» **Work instruction**:
What you return must be an exact copy of the lines in the listing below between the line holding "add(level4s002.part.moved(Location((0, 0, -185))))" and the line holding "# Cut037: cut m4VerCuts", inclusive, and nothing more.

» **Data for this task**:

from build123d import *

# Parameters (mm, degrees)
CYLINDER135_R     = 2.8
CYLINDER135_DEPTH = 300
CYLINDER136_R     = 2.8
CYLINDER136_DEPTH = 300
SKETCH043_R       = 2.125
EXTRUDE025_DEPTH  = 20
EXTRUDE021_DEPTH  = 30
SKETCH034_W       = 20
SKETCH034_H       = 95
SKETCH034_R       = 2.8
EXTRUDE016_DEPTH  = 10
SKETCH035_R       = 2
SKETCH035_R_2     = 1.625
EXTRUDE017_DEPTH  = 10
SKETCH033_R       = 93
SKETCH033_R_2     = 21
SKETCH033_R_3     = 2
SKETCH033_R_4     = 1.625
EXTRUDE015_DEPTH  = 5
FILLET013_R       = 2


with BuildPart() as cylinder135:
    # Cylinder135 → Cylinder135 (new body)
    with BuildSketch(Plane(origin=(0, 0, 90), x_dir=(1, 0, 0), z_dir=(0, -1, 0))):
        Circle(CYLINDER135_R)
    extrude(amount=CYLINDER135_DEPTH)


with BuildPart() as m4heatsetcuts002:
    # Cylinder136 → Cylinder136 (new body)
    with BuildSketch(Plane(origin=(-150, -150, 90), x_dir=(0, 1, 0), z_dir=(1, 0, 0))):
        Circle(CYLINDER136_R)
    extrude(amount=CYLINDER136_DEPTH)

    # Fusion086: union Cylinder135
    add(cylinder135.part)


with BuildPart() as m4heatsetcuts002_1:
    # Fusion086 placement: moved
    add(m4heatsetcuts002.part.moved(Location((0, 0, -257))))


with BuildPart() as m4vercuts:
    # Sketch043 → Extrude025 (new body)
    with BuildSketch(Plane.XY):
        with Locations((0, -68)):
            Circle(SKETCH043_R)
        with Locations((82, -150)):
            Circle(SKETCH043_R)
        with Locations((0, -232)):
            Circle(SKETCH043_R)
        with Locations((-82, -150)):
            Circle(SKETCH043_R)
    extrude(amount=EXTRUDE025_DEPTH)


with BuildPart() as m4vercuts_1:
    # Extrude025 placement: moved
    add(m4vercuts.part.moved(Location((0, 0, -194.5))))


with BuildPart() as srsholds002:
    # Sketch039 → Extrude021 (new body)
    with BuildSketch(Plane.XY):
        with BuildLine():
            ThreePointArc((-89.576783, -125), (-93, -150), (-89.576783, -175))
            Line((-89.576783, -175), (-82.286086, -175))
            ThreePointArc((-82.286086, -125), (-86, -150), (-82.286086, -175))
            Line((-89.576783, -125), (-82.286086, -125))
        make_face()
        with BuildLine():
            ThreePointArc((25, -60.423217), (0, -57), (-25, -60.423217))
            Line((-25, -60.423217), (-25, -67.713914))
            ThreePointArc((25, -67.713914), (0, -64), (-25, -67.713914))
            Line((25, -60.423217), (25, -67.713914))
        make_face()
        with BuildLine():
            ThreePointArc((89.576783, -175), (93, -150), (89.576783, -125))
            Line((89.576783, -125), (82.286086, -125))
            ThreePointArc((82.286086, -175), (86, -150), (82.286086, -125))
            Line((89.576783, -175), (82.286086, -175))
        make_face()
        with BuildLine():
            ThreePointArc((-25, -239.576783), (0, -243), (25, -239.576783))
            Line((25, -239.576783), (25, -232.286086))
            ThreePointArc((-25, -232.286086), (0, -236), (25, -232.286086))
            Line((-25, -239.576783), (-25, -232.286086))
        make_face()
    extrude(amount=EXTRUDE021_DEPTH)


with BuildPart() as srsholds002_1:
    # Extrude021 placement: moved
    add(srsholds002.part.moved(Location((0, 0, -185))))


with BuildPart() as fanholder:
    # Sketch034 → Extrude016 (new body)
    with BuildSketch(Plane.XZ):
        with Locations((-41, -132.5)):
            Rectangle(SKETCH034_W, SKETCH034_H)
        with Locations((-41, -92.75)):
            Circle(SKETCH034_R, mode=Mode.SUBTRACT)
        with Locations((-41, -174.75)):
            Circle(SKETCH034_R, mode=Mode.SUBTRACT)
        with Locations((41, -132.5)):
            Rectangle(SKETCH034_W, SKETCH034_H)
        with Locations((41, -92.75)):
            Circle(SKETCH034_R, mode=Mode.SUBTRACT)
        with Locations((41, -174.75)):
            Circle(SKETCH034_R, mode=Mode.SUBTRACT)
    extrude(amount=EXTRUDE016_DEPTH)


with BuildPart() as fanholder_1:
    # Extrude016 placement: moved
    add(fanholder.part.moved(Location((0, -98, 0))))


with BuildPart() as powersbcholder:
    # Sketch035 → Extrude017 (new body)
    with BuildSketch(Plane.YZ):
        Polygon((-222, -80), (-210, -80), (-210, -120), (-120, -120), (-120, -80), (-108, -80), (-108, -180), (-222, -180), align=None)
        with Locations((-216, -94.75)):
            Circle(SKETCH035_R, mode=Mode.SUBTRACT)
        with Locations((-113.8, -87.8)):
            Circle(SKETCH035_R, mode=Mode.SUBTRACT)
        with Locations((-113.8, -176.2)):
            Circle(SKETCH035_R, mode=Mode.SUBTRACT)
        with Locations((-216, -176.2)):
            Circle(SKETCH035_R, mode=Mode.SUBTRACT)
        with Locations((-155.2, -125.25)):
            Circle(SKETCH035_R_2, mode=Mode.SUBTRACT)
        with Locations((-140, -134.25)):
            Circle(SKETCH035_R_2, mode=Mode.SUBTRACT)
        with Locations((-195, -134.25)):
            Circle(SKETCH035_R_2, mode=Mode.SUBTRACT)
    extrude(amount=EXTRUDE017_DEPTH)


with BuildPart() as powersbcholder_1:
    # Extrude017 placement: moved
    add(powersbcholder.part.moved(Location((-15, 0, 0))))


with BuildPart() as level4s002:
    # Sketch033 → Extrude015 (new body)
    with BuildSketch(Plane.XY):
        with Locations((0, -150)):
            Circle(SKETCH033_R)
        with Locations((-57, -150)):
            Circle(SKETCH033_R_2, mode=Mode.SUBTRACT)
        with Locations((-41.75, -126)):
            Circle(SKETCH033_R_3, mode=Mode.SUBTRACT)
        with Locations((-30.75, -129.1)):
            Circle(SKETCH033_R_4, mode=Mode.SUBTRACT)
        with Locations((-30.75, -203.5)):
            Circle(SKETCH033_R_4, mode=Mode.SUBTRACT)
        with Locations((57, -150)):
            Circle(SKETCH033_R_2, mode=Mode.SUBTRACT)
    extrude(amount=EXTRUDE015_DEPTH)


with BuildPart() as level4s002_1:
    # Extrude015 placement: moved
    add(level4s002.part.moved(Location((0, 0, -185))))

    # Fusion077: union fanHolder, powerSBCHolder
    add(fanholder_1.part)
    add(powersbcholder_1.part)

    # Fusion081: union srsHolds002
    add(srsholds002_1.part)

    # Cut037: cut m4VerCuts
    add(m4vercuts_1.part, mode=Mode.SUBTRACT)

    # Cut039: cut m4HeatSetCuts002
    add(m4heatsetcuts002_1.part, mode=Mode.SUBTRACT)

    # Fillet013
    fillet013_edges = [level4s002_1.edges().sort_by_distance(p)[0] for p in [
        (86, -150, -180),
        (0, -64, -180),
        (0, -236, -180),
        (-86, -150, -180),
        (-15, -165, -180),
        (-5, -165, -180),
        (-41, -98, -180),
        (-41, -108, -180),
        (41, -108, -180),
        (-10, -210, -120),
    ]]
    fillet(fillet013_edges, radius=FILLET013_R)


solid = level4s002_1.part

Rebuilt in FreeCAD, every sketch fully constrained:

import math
import FreeCAD as App
import Part
import Sketcher

V = App.Vector
Q = App.Units.Quantity


def edges_at(feature, points):
    """Names of the edges that pass closest to the given points."""
    edges = feature.Shape.Edges
    near = lambda p: min(range(len(edges)), key=lambda i: edges[i].distToShape(Part.Vertex(*p))[0])
    return sorted({f"Edge{near(p) + 1}" for p in points})

doc = App.newDocument("Part")
body = doc.addObject("PartDesign::Body", "Body")

# Sketch on XZ plane
sketch1 = doc.addObject("Sketcher::SketchObject", "Sketch")
body.addObject(sketch1)
sketch1.AttachmentSupport = (doc.XZ_Plane, [""])
sketch1.MapMode = "FlatFace"
sketch1.addGeometry(Part.Circle(V(0, 90, 0), V(0, 0, 1), 2.8), False)
sketch1.addConstraint(Sketcher.Constraint("PointOnObject", 0, 3, -2))
sketch1.addConstraint(Sketcher.Constraint("Diameter", 0, Q("5.6 mm")))
sketch1.addConstraint(Sketcher.Constraint("DistanceY", -1, 1, 0, 3, Q("90 mm")))
pad1 = doc.addObject("PartDesign::Pad", "Pad")
body.addObject(pad1)
pad1.Profile = sketch1
pad1.Length = 300
body2 = doc.addObject("PartDesign::Body", "Body001")

# Sketch on YZ plane
sketch2 = doc.addObject("Sketcher::SketchObject", "Sketch001")
body2.addObject(sketch2)
sketch2.AttachmentSupport = (doc.getObject("YZ_Plane001"), [""])
sketch2.MapMode = "FlatFace"
sketch2.AttachmentOffset = App.Placement(V(0, 0, -150), App.Rotation())
sketch2.addGeometry(Part.Circle(V(-150, 90, 0), V(0, 0, 1), 2.8), False)
sketch2.addConstraint(Sketcher.Constraint("Diameter", 0, Q("5.6 mm")))
sketch2.addConstraint(Sketcher.Constraint("DistanceX", 0, 3, -1, 1, Q("150 mm")))
sketch2.addConstraint(Sketcher.Constraint("DistanceY", -1, 1, 0, 3, Q("90 mm")))
pad2 = doc.addObject("PartDesign::Pad", "Pad001")
body2.addObject(pad2)
pad2.Profile = sketch2
pad2.Length = 300
doc.recompute()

» **Answer to this task**:
    add(level4s002.part.moved(Location((0, 0, -185))))

    # Fusion077: union fanHolder, powerSBCHolder
    add(fanholder_1.part)
    add(powersbcholder_1.part)

    # Fusion081: union srsHolds002
    add(srsholds002_1.part)

    # Cut037: cut m4VerCuts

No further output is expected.